Ventura was riven by this stuff for 30 years. Recently, all of us on the city council have worked hard to put those days behind us. We passed our infill-first General Plan in 2005, we eliminated the dysfunctional Residential Growth Management Program, and we cleaned up the development review process.
This is real progress, and I thank all six of my colleagues for working collaboratively to make that progress happen. Do we really want to go back to the bad old days?
I certainly don’t, but last night I already felt that we were back in the bad old days. Three examples:
-- Landowner Buzz Bonsall and one of his allies withheld their speaker cards for two hours and put them in at the last minute, at 10 o’clock, after all the other 40 speakers had spoken. Buzz discussed his proposed project a little – but only after everybody else had spoken when they had no opportunity to respond. Buzz had the right to do this, but, I’m sorry, that just seems like pointless game-playing to me. If this is any indication of how the relationship between the city and the property owner is going to go here, I’m not optimistic.
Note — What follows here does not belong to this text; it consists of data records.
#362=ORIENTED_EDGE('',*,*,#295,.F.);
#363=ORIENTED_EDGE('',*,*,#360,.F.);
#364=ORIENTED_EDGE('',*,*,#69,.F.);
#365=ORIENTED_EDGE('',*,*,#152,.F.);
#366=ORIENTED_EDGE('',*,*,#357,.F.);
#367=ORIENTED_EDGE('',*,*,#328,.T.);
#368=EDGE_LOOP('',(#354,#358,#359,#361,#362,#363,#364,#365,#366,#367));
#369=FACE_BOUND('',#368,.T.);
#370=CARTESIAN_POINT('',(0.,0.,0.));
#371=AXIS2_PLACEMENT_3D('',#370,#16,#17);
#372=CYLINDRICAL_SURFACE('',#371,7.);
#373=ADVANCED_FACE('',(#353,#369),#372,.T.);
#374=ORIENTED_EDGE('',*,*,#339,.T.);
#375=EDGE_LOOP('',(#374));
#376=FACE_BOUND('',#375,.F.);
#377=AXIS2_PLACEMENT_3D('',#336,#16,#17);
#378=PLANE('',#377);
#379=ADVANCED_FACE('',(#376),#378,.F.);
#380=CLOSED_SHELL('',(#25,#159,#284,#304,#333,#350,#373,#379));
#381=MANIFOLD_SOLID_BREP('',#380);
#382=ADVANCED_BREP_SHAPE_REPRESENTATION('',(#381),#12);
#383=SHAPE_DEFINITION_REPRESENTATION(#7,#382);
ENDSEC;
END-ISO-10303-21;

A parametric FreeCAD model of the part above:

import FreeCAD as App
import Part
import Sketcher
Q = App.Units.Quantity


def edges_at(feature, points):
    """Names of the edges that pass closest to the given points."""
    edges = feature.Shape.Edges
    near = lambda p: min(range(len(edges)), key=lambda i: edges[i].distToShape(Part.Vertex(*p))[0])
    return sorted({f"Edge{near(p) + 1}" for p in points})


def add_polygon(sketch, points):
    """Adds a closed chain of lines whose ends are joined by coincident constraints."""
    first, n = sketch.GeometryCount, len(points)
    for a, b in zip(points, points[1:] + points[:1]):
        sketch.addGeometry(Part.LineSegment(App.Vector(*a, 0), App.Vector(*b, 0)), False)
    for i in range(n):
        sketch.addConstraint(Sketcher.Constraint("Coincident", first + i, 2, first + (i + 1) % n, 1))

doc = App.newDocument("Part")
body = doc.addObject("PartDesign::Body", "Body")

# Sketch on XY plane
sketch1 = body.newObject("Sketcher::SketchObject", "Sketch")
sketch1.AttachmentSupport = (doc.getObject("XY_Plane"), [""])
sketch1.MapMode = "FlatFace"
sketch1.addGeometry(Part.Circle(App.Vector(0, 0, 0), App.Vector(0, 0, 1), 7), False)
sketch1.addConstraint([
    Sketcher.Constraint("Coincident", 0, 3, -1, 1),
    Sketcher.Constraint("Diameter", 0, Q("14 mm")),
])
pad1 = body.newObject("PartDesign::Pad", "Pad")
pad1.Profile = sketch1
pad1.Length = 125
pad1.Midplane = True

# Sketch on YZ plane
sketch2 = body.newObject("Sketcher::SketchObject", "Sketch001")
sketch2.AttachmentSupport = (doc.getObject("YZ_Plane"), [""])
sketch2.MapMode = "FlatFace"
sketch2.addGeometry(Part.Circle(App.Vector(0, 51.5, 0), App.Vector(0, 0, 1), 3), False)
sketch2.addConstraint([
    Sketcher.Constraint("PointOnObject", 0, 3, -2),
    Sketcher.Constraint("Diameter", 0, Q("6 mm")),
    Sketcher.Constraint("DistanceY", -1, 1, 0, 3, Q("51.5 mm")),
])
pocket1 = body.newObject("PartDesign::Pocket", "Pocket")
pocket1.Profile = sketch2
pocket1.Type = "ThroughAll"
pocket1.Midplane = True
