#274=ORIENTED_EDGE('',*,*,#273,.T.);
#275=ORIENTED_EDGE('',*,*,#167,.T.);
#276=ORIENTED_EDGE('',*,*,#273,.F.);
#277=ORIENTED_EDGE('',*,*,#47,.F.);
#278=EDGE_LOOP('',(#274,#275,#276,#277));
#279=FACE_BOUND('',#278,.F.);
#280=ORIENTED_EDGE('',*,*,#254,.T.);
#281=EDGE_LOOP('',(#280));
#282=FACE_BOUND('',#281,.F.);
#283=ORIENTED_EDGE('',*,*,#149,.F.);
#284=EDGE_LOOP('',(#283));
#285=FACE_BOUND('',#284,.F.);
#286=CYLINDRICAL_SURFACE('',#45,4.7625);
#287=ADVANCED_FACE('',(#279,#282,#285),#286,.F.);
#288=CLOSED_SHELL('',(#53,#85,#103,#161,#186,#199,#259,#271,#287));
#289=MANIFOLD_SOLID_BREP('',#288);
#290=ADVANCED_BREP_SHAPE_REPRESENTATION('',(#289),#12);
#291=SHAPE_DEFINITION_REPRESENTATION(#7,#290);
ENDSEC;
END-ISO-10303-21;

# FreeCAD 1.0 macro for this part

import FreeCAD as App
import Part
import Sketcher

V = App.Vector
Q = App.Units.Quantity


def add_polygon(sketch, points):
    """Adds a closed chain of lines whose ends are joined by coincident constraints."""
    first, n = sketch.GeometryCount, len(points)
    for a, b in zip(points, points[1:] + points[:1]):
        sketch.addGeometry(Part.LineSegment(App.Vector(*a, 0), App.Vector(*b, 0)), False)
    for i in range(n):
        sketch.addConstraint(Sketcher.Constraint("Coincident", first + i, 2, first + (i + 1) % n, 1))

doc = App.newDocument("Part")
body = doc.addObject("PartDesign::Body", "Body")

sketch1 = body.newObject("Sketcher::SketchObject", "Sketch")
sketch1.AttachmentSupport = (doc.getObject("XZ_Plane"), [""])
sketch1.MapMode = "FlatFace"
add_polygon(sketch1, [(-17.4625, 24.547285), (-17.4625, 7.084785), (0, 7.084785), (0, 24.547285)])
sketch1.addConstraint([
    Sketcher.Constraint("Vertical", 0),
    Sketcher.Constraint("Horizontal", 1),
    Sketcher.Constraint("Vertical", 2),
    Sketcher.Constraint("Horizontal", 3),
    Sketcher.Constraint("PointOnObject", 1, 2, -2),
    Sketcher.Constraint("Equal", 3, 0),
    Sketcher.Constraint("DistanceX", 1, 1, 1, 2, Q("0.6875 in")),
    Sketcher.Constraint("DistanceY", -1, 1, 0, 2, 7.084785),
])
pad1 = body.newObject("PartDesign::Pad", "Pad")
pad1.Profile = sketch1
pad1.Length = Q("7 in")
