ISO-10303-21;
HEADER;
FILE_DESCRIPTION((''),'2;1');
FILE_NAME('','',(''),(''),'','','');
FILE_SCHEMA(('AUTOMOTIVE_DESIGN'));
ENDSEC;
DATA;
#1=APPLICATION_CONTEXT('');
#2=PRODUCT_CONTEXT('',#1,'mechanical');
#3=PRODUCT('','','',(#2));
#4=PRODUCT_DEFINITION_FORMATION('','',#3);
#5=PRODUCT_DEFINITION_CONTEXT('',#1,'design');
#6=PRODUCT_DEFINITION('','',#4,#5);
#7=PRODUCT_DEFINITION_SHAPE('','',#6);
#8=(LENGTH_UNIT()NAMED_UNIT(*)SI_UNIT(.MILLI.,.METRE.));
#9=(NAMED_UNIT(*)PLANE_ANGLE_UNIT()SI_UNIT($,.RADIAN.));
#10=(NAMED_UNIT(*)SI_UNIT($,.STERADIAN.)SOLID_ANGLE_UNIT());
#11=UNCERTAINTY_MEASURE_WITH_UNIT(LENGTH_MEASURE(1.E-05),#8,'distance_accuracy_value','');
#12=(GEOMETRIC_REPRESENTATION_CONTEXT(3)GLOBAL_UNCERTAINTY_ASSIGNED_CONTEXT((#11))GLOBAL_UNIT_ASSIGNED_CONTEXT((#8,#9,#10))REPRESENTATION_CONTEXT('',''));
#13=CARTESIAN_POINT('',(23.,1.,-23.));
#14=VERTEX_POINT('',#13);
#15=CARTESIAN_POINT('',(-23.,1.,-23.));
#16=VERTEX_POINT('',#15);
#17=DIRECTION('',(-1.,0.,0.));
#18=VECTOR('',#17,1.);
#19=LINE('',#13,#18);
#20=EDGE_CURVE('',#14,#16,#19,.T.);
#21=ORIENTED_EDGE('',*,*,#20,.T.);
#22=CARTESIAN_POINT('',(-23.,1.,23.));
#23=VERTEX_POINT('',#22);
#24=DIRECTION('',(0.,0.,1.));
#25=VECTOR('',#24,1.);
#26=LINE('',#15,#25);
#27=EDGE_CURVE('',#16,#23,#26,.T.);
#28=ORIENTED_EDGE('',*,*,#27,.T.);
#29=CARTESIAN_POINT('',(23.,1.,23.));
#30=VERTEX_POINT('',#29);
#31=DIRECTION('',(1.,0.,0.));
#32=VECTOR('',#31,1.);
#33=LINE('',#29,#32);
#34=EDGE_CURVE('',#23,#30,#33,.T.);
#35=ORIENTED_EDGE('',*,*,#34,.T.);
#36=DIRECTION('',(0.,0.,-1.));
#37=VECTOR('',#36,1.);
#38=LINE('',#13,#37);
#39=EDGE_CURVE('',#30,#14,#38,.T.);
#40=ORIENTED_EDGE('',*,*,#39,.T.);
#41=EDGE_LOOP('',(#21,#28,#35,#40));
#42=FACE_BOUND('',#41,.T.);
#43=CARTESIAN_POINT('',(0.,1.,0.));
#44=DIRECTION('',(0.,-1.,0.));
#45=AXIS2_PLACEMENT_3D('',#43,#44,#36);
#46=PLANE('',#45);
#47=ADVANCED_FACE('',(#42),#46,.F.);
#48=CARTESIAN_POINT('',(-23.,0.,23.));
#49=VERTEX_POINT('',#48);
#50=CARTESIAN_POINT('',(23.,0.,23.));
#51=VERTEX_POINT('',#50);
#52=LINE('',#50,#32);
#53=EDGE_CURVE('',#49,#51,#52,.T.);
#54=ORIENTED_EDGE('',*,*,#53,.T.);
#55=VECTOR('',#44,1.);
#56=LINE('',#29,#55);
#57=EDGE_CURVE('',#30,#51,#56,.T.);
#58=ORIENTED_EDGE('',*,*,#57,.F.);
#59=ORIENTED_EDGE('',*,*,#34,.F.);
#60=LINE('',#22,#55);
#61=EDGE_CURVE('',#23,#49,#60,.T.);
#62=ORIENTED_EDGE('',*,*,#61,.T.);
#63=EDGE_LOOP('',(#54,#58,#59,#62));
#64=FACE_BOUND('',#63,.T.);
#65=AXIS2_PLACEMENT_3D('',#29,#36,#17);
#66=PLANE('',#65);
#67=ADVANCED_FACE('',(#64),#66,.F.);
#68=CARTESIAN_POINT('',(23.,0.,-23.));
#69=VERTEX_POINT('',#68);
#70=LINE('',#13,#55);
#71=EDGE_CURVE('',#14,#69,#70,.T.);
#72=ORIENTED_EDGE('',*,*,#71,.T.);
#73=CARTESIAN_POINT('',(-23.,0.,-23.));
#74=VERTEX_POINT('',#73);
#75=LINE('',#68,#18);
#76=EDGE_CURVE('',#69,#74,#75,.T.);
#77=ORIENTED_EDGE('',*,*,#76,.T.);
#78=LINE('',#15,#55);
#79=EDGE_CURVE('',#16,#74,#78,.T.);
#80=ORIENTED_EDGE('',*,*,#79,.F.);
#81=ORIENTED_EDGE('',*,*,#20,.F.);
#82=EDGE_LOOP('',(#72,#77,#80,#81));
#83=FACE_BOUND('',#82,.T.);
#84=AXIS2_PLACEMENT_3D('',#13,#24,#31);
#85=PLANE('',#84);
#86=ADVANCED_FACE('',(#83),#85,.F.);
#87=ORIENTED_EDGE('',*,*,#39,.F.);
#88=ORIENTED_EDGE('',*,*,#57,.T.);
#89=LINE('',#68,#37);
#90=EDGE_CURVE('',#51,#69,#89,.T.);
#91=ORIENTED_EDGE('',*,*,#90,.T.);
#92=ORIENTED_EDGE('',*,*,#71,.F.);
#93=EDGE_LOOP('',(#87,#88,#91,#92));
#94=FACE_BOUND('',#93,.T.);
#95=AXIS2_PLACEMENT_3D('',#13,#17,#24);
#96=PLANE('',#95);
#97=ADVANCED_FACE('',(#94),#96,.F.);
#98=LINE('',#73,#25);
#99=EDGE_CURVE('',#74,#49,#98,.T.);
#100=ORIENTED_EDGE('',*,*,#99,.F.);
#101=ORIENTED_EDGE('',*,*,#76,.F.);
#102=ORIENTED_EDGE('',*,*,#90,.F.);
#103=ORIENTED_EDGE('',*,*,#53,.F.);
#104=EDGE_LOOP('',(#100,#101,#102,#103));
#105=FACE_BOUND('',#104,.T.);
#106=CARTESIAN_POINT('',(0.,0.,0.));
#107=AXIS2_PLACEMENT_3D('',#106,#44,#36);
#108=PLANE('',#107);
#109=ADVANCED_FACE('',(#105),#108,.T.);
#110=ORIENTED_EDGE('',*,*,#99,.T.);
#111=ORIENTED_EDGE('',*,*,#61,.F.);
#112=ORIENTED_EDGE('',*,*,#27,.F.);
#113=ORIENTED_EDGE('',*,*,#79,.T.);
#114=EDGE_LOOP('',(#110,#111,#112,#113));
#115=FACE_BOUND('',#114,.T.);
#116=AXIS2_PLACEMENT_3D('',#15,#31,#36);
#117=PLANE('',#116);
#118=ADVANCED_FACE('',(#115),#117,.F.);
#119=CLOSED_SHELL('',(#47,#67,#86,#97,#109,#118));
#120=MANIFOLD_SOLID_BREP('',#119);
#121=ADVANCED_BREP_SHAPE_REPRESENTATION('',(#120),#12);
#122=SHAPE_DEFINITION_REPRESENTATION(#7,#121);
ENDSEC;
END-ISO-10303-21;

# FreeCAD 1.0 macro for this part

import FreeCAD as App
import Part
import Sketcher


def add_polygon(sketch, points):
    """Adds a closed chain of lines whose ends are joined by coincident constraints."""
    first, n = sketch.GeometryCount, len(points)
    for a, b in zip(points, points[1:] + points[:1]):
        sketch.addGeometry(Part.LineSegment(App.Vector(*a, 0), App.Vector(*b, 0)), False)
    for i in range(n):
        sketch.addConstraint(Sketcher.Constraint("Coincident", first + i, 2, first + (i + 1) % n, 1))

doc = App.newDocument("Part")
body = doc.addObject("PartDesign::Body", "Body")

# Sketch on XZ plane
sketch1 = doc.addObject("Sketcher::SketchObject", "Sketch")
body.addObject(sketch1)
sketch1.AttachmentSupport = (doc.XZ_Plane, [""])
sketch1.MapMode = "FlatFace"
add_polygon(sketch1, [(-23, -23), (-23, 23), (23, 23), (23, -23)])  # lines 0-3
sketch1.addConstraint([
    Sketcher.Constraint("Vertical", 0),
    Sketcher.Constraint("Horizontal", 1),
    Sketcher.Constraint("Vertical", 2),
    Sketcher.Constraint("Horizontal", 3),
    Sketcher.Constraint("Symmetric", 0, 2, 2, 2, -1, 1),
    Sketcher.Constraint("Equal", 3, 0),
    Sketcher.Constraint("DistanceX", 1, 1, 1, 2, 46.0),
])
pad1 = doc.addObject("PartDesign::Pad", "Pad")
body.addObject(pad1)
pad1.Profile = sketch1
pad1.Length = 1
pad1.Reversed = True

doc.recompute()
-- Councilmembers Monahan and Morehouse got into a heated debate on the dais about why Cal State had not been built here in Ventura on Taylor Ranch -- something that happened, I think, when Ronald Reagan was president. Can we finally get over that one?
-- Councilmember Monahan and former Mayor Richard Francis, who spoke as a member of the public, got into a heated back-and-forth as well, with Mr. Monahan accusing Mr. Francis (semi-jokingly, I think) of having a hand in the earlier decision to rule that he was conflicted out of the vote. (Mr. Francis brought the house down by responding that if it was up to him, Mr. Monahan would never get to vote.)
The back-and-forth between Monahan and Francis was wonderful political theater 20 years ago, when they served consecutively as mayor, the town was deeply divided over growth, and I used watch the council meetings sitting on my sofa. But we’ve made great progress in the last few years – generally speaking, we’ve left those days behind and moved forward together as a community.
I, for one, don’t want to see the bad old days come back again. It may be good political theater, but it’s only going to tear our town apart.